Charleston Citizens Push For Alternatives To Policing
Activists continue to push the City of Charleston to implement policing alternatives after an incident where police officers shot a man last month.
At the Charleston City Council meeting on Monday, local activist Hunter Starks asked that police not be dispatched on every 911 call. Starks said there are other ways to approach vulnerable citizens in the throes of a mental breakdown.
“When someone is in crisis, an authority figure with a gun will always feel like a threat for so many reasons,” Starks said.
Activists like Chad Cordell are calling for a 24-7 mental health response team that could be dispatched in lieu of the police.
“The mobile crisis response teams that we’re talking about are 24-hour fully staffed response teams that are fully integrated into the existing 911 emergency response system, just like paramedics and firefighters,” he said.
In late April, Denaul Dickerson was allegedly welding a knife when police pursued and then shot him.
Following the incident, Dickerson was in an ICU before being sent to a regional jail. He’s currently being held on a $50,000 cash bond, with a hearing scheduled for June 3 in Kanawha County Magistrate Court.
Later at the meeting, council members heard from the Mayor’s CARE office, or Coordinated Addiction Response Effort.
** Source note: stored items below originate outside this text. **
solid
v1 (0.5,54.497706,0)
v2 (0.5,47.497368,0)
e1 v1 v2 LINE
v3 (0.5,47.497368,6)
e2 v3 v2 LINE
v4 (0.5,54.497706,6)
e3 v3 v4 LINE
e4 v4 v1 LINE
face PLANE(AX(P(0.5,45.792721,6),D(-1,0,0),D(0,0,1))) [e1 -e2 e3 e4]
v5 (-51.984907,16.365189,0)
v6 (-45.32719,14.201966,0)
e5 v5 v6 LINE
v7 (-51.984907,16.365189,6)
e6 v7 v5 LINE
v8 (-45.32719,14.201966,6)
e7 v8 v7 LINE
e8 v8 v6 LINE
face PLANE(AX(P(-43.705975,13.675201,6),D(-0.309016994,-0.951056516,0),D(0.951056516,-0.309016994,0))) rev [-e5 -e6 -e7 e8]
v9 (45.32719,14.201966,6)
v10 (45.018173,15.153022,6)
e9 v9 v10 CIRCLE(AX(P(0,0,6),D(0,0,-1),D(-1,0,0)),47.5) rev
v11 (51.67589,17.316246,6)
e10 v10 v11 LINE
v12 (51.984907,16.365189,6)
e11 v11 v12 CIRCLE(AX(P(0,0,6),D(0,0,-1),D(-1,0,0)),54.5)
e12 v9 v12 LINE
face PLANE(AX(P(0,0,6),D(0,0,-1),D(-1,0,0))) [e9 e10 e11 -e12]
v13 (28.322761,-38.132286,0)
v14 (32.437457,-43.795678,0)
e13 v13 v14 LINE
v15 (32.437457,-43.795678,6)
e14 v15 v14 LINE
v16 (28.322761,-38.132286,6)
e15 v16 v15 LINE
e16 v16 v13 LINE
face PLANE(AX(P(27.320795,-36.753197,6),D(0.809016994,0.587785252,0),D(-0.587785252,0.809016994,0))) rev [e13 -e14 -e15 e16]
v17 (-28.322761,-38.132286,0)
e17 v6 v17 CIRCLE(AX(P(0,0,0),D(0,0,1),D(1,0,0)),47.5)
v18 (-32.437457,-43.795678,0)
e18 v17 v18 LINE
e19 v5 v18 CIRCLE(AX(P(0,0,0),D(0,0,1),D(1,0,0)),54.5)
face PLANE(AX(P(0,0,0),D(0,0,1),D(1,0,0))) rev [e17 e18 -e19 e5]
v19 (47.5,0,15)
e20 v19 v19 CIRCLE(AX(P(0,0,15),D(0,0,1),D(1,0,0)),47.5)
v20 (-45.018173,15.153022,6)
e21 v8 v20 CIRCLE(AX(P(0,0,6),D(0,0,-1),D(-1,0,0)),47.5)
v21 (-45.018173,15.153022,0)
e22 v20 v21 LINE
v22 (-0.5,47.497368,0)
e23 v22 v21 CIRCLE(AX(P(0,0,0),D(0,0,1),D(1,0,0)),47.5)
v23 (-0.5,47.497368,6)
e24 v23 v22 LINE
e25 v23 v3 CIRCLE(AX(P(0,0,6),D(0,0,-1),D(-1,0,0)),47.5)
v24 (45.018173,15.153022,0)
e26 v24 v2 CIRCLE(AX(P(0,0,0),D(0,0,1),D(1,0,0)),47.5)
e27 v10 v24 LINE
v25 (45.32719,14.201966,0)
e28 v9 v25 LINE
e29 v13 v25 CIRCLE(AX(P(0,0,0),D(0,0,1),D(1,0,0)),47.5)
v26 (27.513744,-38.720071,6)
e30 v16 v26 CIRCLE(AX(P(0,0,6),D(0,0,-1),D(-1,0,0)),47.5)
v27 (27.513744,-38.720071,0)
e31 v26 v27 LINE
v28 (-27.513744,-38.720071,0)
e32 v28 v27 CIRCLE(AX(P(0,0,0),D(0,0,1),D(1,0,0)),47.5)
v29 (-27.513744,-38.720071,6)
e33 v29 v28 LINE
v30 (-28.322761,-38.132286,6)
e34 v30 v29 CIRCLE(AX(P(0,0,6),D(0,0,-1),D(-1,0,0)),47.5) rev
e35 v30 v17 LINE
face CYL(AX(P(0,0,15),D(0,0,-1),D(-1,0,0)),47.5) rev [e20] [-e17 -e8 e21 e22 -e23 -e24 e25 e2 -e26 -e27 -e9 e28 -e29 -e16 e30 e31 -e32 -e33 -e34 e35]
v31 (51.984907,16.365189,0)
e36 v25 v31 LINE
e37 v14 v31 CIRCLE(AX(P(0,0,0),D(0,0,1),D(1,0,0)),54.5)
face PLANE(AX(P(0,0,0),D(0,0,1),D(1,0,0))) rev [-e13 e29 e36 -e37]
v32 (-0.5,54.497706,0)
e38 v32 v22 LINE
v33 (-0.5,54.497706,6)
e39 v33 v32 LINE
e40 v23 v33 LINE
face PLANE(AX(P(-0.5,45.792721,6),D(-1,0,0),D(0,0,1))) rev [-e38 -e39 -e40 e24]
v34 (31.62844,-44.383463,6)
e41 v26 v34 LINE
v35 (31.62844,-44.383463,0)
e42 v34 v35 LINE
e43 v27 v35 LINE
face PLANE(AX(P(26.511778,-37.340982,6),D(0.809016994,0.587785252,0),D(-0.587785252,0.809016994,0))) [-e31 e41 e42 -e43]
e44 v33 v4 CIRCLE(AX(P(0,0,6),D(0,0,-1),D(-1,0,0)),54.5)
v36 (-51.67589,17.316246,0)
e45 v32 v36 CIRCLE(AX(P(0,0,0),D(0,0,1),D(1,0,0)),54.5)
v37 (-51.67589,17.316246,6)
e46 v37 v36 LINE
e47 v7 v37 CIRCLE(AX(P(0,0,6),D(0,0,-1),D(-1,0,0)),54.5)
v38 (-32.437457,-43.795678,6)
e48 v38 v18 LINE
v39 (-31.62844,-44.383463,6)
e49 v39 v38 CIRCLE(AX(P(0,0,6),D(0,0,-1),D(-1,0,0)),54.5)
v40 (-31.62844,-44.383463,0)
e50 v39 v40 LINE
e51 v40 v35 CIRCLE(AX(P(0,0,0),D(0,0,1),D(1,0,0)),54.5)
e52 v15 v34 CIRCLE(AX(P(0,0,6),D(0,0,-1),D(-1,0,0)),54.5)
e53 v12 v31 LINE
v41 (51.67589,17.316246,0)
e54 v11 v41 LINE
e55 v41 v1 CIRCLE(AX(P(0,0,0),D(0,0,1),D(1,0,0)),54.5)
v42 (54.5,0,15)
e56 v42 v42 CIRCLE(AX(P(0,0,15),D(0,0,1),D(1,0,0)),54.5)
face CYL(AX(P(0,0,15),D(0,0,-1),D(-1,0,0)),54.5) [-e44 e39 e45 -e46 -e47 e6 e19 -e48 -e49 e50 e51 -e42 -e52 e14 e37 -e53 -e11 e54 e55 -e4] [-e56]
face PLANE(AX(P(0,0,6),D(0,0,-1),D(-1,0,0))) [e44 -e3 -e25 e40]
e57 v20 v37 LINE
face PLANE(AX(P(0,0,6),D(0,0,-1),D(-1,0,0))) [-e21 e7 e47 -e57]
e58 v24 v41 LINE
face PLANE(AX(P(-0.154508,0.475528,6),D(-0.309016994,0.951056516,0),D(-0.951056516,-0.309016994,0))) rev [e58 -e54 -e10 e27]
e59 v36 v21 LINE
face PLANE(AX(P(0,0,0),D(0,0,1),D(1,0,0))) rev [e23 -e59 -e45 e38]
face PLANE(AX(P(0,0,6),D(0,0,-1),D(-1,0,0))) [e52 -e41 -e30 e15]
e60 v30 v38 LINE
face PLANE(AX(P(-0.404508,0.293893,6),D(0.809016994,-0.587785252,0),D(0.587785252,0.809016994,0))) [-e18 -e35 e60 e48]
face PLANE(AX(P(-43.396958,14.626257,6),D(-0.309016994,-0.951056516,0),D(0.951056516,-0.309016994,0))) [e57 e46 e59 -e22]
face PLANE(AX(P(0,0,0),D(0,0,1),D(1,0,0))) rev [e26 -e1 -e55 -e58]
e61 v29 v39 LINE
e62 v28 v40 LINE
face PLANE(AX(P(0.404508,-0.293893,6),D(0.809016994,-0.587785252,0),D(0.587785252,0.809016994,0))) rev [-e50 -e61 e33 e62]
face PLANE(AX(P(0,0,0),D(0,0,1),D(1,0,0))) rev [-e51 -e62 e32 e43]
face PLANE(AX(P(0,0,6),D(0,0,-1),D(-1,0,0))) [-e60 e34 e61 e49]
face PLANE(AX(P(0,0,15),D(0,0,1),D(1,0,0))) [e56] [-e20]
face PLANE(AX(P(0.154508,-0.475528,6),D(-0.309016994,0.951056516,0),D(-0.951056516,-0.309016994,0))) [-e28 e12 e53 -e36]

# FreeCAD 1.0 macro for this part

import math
import FreeCAD as App
import Part
import Sketcher
from FreeCAD import Vector
Q = App.Units.Quantity


def add_polygon(sketch, points):
    """Adds a closed chain of lines whose ends are joined by coincident constraints."""
    first, n = sketch.GeometryCount, len(points)
    for a, b in zip(points, points[1:] + points[:1]):
        sketch.addGeometry(Part.LineSegment(App.Vector(*a, 0), App.Vector(*b, 0)), False)
    for i in range(n):
        sketch.addConstraint(Sketcher.Constraint("Coincident", first + i, 2, first + (i + 1) % n, 1))

doc = App.newDocument("Part")
body = doc.addObject("PartDesign::Body", "Body")

# Sketch on XY plane
sketch1 = body.newObject("Sketcher::SketchObject", "Sketch")
sketch1.AttachmentSupport = (doc.getObject("XY_Plane"), [""])
sketch1.MapMode = "FlatFace"
sketch1.addGeometry([
    Part.Circle(Vector(0, 0, 0), Vector(0, 0, 1), 54),
    Part.Circle(Vector(0, 0, 0), Vector(0, 0, 1), 48),
], False)
sketch1.addConstraint([
    Sketcher.Constraint("Coincident", 0, 3, -1, 1),
    Sketcher.Constraint("Coincident", 1, 3, -1, 1),
    Sketcher.Constraint("Diameter", 0, 109.0),
    Sketcher.Constraint("Diameter", 1, 95.0),
])
pad1 = body.newObject("PartDesign::Pad", "Pad")
pad1.Profile = sketch1
pad1.Length = 15

# Sketch on XY plane
sketch2 = body.newObject("Sketcher::SketchObject", "Sketch001")
sketch2.AttachmentSupport = (doc.getObject("XY_Plane"), [""])
sketch2.MapMode = "FlatFace"
sketch2.addGeometry(Part.LineSegment(Vector(-32.4, -43.8, 0), Vector(-28.3, -38.1, 0)), False)  # 0
sketch2.addGeometry(Part.ArcOfCircle(Part.Circle(Vector(0, 0, 0), Vector(0, 0, 1), 47.5), math.radians(-126.6), math.radians(-125.4)), False)  # 1
sketch2.addGeometry(Part.LineSegment(Vector(-27.5, -38.7, 0), Vector(-31.6, -44.4, 0)), False)  # 2
sketch2.addGeometry(Part.ArcOfCircle(Part.Circle(Vector(0, 0, 0), Vector(0, 0, 1), 54.5), math.radians(-126.53), math.radians(-125.47)), False)  # 3
sketch2.addGeometry(Part.ArcOfCircle(Part.Circle(Vector(0, 0, 0), Vector(0, 0, 1), 47.5), math.radians(17.4), math.radians(18.6)), False)  # 4
sketch2.addGeometry(Part.LineSegment(Vector(45, 15.2, 0), Vector(51.7, 17.3, 0)), False)  # 5
sketch2.addGeometry(Part.ArcOfCircle(Part.Circle(Vector(0, 0, 0), Vector(0, 0, 1), 54.5), math.radians(17.47), math.radians(18.53)), False)  # 6
sketch2.addGeometry(Part.LineSegment(Vector(52, 16.4, 0), Vector(45.3, 14.2, 0)), False)  # 7
add_polygon(sketch2, [(32.1, -45), (26.5, -37.3), (27.3, -36.8), (32.9, -44.5)])  # lines 8-11
add_polygon(sketch2, [(-52.5, 17.6), (-43.4, 14.6), (-43.7, 13.7), (-52.8, 16.6)])  # lines 12-15
add_polygon(sketch2, [(0.5, 55.3), (0.5, 45.8), (-0.5, 45.8), (-0.5, 55.3)])  # lines 16-19
sketch2.addConstraint([
    Sketcher.Constraint("Coincident", 0, 2, 1, 1),
    Sketcher.Constraint("Coincident", 1, 2, 2, 1),
    Sketcher.Constraint("Coincident", 2, 2, 3, 2),
    Sketcher.Constraint("Coincident", 3, 1, 0, 1),
    Sketcher.Constraint("Coincident", 4, 2, 5, 1),
    Sketcher.Constraint("Coincident", 5, 2, 6, 2),
    Sketcher.Constraint("Coincident", 6, 1, 7, 1),
    Sketcher.Constraint("Coincident", 7, 2, 4, 1),
    Sketcher.Constraint("Vertical", 16),
    Sketcher.Constraint("Horizontal", 17),
    Sketcher.Constraint("Vertical", 18),
    Sketcher.Constraint("Horizontal", 19),
    Sketcher.Constraint("Coincident", 1, 3, -1, 1),
    Sketcher.Constraint("Coincident", 3, 3, -1, 1),
    Sketcher.Constraint("Coincident", 4, 3, -1, 1),
    Sketcher.Constraint("Coincident", 6, 3, -1, 1),
    Sketcher.Constraint("Equal", 1, 4),
    Sketcher.Constraint("Equal", 3, 6),
    Sketcher.Constraint("Parallel", 0, 2),
    Sketcher.Constraint("Parallel", 5, 7),
    Sketcher.Constraint("Perpendicular", 8, 9),
    Sketcher.Constraint("Perpendicular", 9, 10),
    Sketcher.Constraint("Perpendicular", 10, 11),
    Sketcher.Constraint("Perpendicular", 12, 13),
    Sketcher.Constraint("Perpendicular", 13, 14),
    Sketcher.Constraint("Perpendicular", 14, 15),
    Sketcher.Constraint("Equal", 0, 2),
    Sketcher.Constraint("Equal", 2, 5),
    Sketcher.Constraint("Equal", 10, 12),
    Sketcher.Constraint("Equal", 11, 13),
    Sketcher.Constraint("DistanceX", 17, 2, 17, 1, 1.0),
    Sketcher.Constraint("Angle", 0, Q("54 deg")),
    Sketcher.Constraint("Angle", 5, Q("18 deg")),
    Sketcher.Constraint("Angle", 8, Q("126 deg")),
    Sketcher.Constraint("Angle", 12, Q("-18 deg")),
    Sketcher.Constraint("Distance", 9, 1.0),
    Sketcher.Constraint("DistanceX", -1, 1, 16, 2, 0.5),
    Sketcher.Constraint("Radius", 1, 47.500003),
    Sketcher.Constraint("Radius", 3, 54.500007),
    Sketcher.Constraint("DistanceY", -1, 1, 13, 2, 13.675201),
    Sketcher.Constraint("DistanceX", 7, 2, 5, 2, 6.3487),
    Sketcher.Constraint("DistanceY", 9, 2, 1, 3, 36.753199),
    Sketcher.Constraint("DistanceX", 15, 2, 4, 3, 52.451302),
    Sketcher.Constraint("DistanceY", 16, 2, 16, 1, 9.520304),
    Sketcher.Constraint("DistanceX", 0, 2, -1, 1, 28.322761),
    Sketcher.Constraint("DistanceX", -1, 1, 10, 2, 32.916689),
    Sketcher.Constraint("DistanceY", 11, 2, -1, 1, 45.04307),
    Sketcher.Constraint("DistanceY", -1, 1, 16, 2, 45.792721),
])
pocket1 = body.newObject("PartDesign::Pocket", "Pocket")
pocket1.Profile = sketch2
pocket1.Length = 6
pocket1.Reversed = True

doc.recompute()
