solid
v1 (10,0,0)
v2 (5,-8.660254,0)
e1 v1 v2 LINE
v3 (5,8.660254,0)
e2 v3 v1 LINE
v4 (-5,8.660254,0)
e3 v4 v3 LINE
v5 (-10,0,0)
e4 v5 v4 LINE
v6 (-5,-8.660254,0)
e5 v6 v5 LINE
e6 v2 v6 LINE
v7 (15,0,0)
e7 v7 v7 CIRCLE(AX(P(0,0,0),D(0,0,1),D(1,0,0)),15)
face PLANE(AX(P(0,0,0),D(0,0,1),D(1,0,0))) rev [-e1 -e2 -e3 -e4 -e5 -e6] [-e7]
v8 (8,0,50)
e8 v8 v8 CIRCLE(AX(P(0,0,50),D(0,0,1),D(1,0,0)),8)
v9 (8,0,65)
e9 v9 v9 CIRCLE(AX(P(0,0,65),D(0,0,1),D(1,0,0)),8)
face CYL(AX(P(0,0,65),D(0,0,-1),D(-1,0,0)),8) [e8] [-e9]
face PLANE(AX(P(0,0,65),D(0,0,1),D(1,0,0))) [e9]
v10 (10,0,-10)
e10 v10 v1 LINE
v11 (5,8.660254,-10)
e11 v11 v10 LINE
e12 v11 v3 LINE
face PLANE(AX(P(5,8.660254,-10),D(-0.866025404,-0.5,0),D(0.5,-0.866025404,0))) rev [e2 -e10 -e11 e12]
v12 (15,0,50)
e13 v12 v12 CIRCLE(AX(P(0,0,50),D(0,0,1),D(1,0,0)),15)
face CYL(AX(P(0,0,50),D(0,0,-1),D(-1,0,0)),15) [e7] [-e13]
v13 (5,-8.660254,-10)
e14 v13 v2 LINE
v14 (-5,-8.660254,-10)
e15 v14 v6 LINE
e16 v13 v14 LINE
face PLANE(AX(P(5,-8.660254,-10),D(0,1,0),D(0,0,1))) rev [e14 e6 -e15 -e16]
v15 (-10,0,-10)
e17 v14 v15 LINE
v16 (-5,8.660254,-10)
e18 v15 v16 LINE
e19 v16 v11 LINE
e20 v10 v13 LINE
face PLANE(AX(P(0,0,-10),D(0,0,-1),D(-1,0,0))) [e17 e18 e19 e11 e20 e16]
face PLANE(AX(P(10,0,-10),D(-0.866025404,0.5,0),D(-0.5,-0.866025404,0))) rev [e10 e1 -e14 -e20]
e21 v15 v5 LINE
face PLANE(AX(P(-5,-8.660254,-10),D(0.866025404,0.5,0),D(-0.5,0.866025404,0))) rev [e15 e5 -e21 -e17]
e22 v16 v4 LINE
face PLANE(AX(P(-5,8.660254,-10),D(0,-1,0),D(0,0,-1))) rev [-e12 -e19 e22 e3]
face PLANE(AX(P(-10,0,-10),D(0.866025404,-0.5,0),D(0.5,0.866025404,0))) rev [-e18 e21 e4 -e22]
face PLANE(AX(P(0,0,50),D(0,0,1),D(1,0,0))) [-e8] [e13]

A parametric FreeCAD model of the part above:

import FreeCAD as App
import Part
import Sketcher

V = App.Vector
Q = App.Units.Quantity


def add_polygon(sketch, points):
    """Adds a closed chain of lines whose ends are joined by coincident constraints."""
    first, n = sketch.GeometryCount, len(points)
    for a, b in zip(points, points[1:] + points[:1]):
        sketch.addGeometry(Part.LineSegment(App.Vector(*a, 0), App.Vector(*b, 0)), False)
    for i in range(n):
        sketch.addConstraint(Sketcher.Constraint("Coincident", first + i, 2, first + (i + 1) % n, 1))

doc = App.newDocument("Part")
body = doc.addObject("PartDesign::Body", "Body")

sketch1 = body.newObject("Sketcher::SketchObject", "Sketch")
sketch1.AttachmentSupport = (doc.getObject("XY_Plane"), [""])
sketch1.MapMode = "FlatFace"
sketch1.addGeometry(Part.Circle(V(0, 0, 0), V(0, 0, 1), 15), False)
sketch1.addConstraint(Sketcher.Constraint("Coincident", 0, 3, -1, 1))
sketch1.addConstraint(Sketcher.Constraint("Diameter", 0, 30.0))
pad1 = body.newObject("PartDesign::Pad", "Pad")
pad1.Profile = sketch1
pad1.Length = 50

sketch2 = body.newObject("Sketcher::SketchObject", "Sketch001")
sketch2.AttachmentSupport = (doc.getObject("XY_Plane"), [""])
sketch2.MapMode = "FlatFace"
sketch2.AttachmentOffset = App.Placement(V(0, 0, 50), App.Rotation())
sketch2.addGeometry(Part.Circle(V(0, 0, 0), V(0, 0, 1), 8), False)
sketch2.addConstraint(Sketcher.Constraint("Coincident", 0, 3, -1, 1))
sketch2.addConstraint(Sketcher.Constraint("Diameter", 0, 16.0))
pad2 = body.newObject("PartDesign::Pad", "Pad001")
pad2.Profile = sketch2
pad2.Length = 15

sketch3 = body.newObject("Sketcher::SketchObject", "Sketch002")
sketch3.AttachmentSupport = (doc.getObject("XY_Plane"), [""])
sketch3.MapMode = "FlatFace"
add_polygon(sketch3, [(-10, 0), (-5, 9), (5, 9), (10, 0), (5, -9), (-5, -9)])
sketch3.addConstraint(Sketcher.Constraint("Horizontal", 1))
sketch3.addConstraint(Sketcher.Constraint("Horizontal", 4))
sketch3.addConstraint(Sketcher.Constraint("Symmetric", 0, 2, 3, 2, -1, 1))
sketch3.addConstraint(Sketcher.Constraint("Symmetric", 2, 2, 5, 2, -1, 1))
sketch3.addConstraint(Sketcher.Constraint("PointOnObject", 2, 2, -1))
sketch3.addConstraint(Sketcher.Constraint("Parallel", 2, 5))
sketch3.addConstraint(Sketcher.Constraint("Vertical", 1, 2, 3, 2))
sketch3.addConstraint(Sketcher.Constraint("DistanceX", 1, 1, 1, 2, 10.0))
sketch3.addConstraint(Sketcher.Constraint("Angle", 0, Q("60 deg")))
sketch3.addConstraint(Sketcher.Constraint("Distance", 0, 10.0))
pad3 = body.newObject("PartDesign::Pad", "Pad002")
pad3.Profile = sketch3
pad3.Length = 10
pad3.Reversed = True

doc.recompute()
The team responds to those experiencing homelessness, substance use disorder and other crises. The team hits the streets to provide assistance within 24-72 hours after an incident. CARE workers also offer follow up services like treatment and housing referrals.
Activists said they were pleased to hear a mental health coordinator joined the team just days after the shooting. They don’t think it’s the full solution.
Mayor Amy Goodwin wrote to Police Chief Tyke Hunt earlier this month, requesting a plan of action to train officers in de-escalation tactics by June 1. She also called for the purchase of more stun guns and training on that equipment.
Footage from the scene of Dickerson’s shooting depicts officers asking each other who had a taser. Few had one. Hunt has said, due to COVID-19, that his officers have fallen behind on their training for that equipment.
Kyle Vass contributed to this story.